3. Confusing Integration with Splitting in NMR: The height or number of peaks in a multiplet does not tell you the number of protons. The area under the entire multiplet (the integration trace or number) does. A triplet could represent 1H, 2H, or 3H; the integration value tells you which.
4. Forgetting the $n+1$ Rule Applies to Adjacent, Non-Equivalent Protons: Protons that are chemically equivalent (e.g., the three H's on a methyl group) do not split each other. Splitting only occurs between protons on adjacent carbons that are in different electronic environments. Also, protons on atoms like $O$ and $N$ often do not cause splitting due to exchange.

Summary

• Mass Spectrometry provides the relative molecular mass (Mr) from the molecular ion peak and offers structural clues through characteristic fragmentation patterns.
• Infrared Spectroscopy is a functional group detective, identifying specific bond types like $O-H$, $N-H$, and $C=O$ based on their characteristic absorption wavenumbers.
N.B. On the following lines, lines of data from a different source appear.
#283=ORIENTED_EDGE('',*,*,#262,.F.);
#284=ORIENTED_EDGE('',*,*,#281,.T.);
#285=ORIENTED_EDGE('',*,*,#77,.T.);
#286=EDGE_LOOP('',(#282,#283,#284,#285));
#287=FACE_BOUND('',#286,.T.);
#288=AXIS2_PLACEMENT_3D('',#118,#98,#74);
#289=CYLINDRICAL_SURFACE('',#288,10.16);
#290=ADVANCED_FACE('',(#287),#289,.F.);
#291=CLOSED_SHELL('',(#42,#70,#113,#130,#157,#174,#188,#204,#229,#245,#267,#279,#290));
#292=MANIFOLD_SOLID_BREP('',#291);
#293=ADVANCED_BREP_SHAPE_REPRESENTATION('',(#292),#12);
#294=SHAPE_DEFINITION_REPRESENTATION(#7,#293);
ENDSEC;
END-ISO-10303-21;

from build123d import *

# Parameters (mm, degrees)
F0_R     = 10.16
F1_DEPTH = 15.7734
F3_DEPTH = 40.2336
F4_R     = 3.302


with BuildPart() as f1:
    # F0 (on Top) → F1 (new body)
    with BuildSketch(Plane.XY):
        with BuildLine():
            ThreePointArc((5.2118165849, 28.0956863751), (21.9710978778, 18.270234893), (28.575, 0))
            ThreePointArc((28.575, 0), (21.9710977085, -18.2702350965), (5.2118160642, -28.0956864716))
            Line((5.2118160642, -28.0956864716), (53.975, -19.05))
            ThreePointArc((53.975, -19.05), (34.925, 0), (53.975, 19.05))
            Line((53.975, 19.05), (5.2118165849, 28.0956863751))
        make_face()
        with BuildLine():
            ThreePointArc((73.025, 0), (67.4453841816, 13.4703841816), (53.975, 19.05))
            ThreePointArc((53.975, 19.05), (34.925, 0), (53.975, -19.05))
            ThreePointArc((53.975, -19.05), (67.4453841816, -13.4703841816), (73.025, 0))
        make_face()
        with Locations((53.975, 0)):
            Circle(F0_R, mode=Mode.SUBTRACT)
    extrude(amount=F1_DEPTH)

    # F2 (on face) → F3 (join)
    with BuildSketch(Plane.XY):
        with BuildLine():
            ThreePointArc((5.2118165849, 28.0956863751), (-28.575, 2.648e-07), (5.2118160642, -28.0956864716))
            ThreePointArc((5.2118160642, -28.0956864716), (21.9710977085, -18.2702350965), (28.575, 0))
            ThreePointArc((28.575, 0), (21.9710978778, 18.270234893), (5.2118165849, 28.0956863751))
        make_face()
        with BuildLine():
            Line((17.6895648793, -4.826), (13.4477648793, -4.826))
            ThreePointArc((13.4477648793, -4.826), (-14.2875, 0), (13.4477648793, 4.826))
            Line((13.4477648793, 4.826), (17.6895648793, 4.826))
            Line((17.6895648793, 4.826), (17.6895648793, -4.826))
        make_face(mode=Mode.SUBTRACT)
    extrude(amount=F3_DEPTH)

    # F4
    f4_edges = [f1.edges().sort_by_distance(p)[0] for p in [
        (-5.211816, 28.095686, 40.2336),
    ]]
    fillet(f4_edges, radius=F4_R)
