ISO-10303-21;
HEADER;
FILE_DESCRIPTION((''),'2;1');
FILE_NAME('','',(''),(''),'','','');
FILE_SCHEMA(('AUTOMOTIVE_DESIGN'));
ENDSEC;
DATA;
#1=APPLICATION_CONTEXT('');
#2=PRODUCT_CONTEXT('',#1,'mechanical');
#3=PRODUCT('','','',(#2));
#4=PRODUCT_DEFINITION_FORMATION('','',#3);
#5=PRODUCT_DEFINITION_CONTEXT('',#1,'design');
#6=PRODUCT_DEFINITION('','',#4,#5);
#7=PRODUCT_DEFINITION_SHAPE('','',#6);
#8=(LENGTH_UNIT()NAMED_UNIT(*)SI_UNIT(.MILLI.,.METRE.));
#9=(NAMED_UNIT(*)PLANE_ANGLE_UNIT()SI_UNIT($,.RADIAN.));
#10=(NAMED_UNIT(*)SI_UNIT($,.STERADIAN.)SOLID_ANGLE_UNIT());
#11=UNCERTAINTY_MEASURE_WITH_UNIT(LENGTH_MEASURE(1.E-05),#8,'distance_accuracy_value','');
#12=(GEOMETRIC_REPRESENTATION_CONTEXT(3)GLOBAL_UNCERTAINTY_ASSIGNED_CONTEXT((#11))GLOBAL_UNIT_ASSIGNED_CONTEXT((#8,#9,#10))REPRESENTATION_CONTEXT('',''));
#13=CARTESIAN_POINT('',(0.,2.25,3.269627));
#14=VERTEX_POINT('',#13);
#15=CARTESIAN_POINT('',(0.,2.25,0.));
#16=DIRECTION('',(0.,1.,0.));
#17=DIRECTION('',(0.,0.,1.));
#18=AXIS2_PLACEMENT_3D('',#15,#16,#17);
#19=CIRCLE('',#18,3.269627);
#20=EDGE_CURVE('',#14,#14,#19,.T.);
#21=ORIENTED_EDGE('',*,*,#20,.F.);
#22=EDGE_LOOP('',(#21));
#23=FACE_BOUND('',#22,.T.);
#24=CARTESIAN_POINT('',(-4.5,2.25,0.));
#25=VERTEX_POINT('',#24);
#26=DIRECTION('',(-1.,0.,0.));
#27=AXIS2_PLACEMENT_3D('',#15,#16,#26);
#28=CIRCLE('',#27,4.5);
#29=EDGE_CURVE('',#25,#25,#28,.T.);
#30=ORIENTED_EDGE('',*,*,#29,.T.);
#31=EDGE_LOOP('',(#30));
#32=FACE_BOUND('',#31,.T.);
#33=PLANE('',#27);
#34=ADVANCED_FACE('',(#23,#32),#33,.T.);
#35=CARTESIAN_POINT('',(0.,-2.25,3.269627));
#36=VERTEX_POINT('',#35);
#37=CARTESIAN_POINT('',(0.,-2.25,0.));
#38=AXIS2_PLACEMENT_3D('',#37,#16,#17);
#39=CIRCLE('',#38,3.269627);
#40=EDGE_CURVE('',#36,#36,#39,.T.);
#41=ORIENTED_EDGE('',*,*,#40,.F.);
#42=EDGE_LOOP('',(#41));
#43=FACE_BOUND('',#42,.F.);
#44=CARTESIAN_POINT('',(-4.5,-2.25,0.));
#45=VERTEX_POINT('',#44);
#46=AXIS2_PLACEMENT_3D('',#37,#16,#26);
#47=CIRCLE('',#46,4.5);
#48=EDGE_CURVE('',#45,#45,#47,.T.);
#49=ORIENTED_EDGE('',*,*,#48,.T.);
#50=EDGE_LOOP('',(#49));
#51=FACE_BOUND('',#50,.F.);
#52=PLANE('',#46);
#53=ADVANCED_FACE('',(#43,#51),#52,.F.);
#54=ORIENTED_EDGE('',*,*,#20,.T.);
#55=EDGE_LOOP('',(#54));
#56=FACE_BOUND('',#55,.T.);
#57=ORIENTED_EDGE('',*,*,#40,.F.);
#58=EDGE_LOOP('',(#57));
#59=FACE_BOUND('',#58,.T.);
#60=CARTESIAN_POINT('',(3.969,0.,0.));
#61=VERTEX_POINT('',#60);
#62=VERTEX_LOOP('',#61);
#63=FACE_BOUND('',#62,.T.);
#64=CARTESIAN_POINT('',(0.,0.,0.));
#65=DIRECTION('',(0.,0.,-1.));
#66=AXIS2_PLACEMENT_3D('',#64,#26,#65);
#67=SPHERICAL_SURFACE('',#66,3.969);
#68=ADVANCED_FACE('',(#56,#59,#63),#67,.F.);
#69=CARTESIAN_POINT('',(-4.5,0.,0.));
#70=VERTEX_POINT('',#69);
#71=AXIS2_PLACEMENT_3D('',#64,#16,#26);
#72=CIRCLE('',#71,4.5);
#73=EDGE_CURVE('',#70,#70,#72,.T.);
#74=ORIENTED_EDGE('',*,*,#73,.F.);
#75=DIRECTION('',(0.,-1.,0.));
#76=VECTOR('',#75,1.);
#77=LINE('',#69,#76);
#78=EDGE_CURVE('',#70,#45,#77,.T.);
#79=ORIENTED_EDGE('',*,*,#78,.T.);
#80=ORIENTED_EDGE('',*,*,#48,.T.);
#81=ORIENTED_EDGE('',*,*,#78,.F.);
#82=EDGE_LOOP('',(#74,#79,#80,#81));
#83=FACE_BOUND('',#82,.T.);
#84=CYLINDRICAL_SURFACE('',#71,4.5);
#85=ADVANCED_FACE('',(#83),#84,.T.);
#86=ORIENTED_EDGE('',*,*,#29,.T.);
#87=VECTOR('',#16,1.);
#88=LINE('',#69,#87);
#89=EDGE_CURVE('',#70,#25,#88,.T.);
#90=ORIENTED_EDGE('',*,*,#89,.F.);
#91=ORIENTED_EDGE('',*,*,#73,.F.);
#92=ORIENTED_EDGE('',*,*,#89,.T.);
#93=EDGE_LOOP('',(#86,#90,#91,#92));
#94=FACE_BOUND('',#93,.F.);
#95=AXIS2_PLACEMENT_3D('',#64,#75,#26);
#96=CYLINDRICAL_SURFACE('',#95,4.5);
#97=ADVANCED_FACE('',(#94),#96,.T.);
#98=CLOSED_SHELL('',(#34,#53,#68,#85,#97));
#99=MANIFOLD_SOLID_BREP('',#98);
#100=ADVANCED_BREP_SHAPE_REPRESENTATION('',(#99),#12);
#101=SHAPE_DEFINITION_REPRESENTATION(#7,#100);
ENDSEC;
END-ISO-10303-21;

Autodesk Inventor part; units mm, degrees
ref_plane "YZ Plane" through (0, 0, 0) normal (1, 0, 0) x (0, 1, 0)
ref_plane "XZ Plane" through (0, 0, 0) normal (0, 1, 0) x (-1, 0, 0)
ref_plane "XY Plane" through (0, 0, 0) normal (0, 0, 1) x (1, 0, 0)
sketch "Эскиз1" plane through (0, 0, 0) normal (0, 1, 0) x (-1, 0, 0)
  circle A0 centre (0, 0) radius 4.5
  dimension "d0" = 9
extrude "Выдавливание1" add sketch "Эскиз1" along normal mid plane 4.5
sketch "Эскиз2" plane through (0, 0, 0) normal (0, 1, 0) x (-1, 0, 0)
  circle A0 centre (0, 0) radius 3.969
  line L0 (3.969, 0) -> (-3.969, 0)
  dimension "d3" = 7.938
  dimension "d4" = 7.938
revolve "Вращение1" cut sketch "Эскиз2" angle 360 about axis through (-3.969, 0, 0) along (1, 0, 0) picked at (1.323, -1.2297) contours A0 L0
properties part number "Cylinder" material "Латунь, мягкая, желтая"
• Proton NMR Spectroscopy is the definitive tool for mapping molecular structure, using chemical shift ($\delta$), integration (relative proton count), and splitting patterns (the $n+1$ rule) to reveal the carbon-hydrogen framework.
• Structural Deduction requires the systematic integration of all spectroscopic data: Mr from mass spec, functional groups from IR, and the detailed proton environment and connectivity from NMR.
• Success hinges on avoiding common errors, such as misidentifying the base peak as the molecular ion or confusing NMR integration with splitting patterns.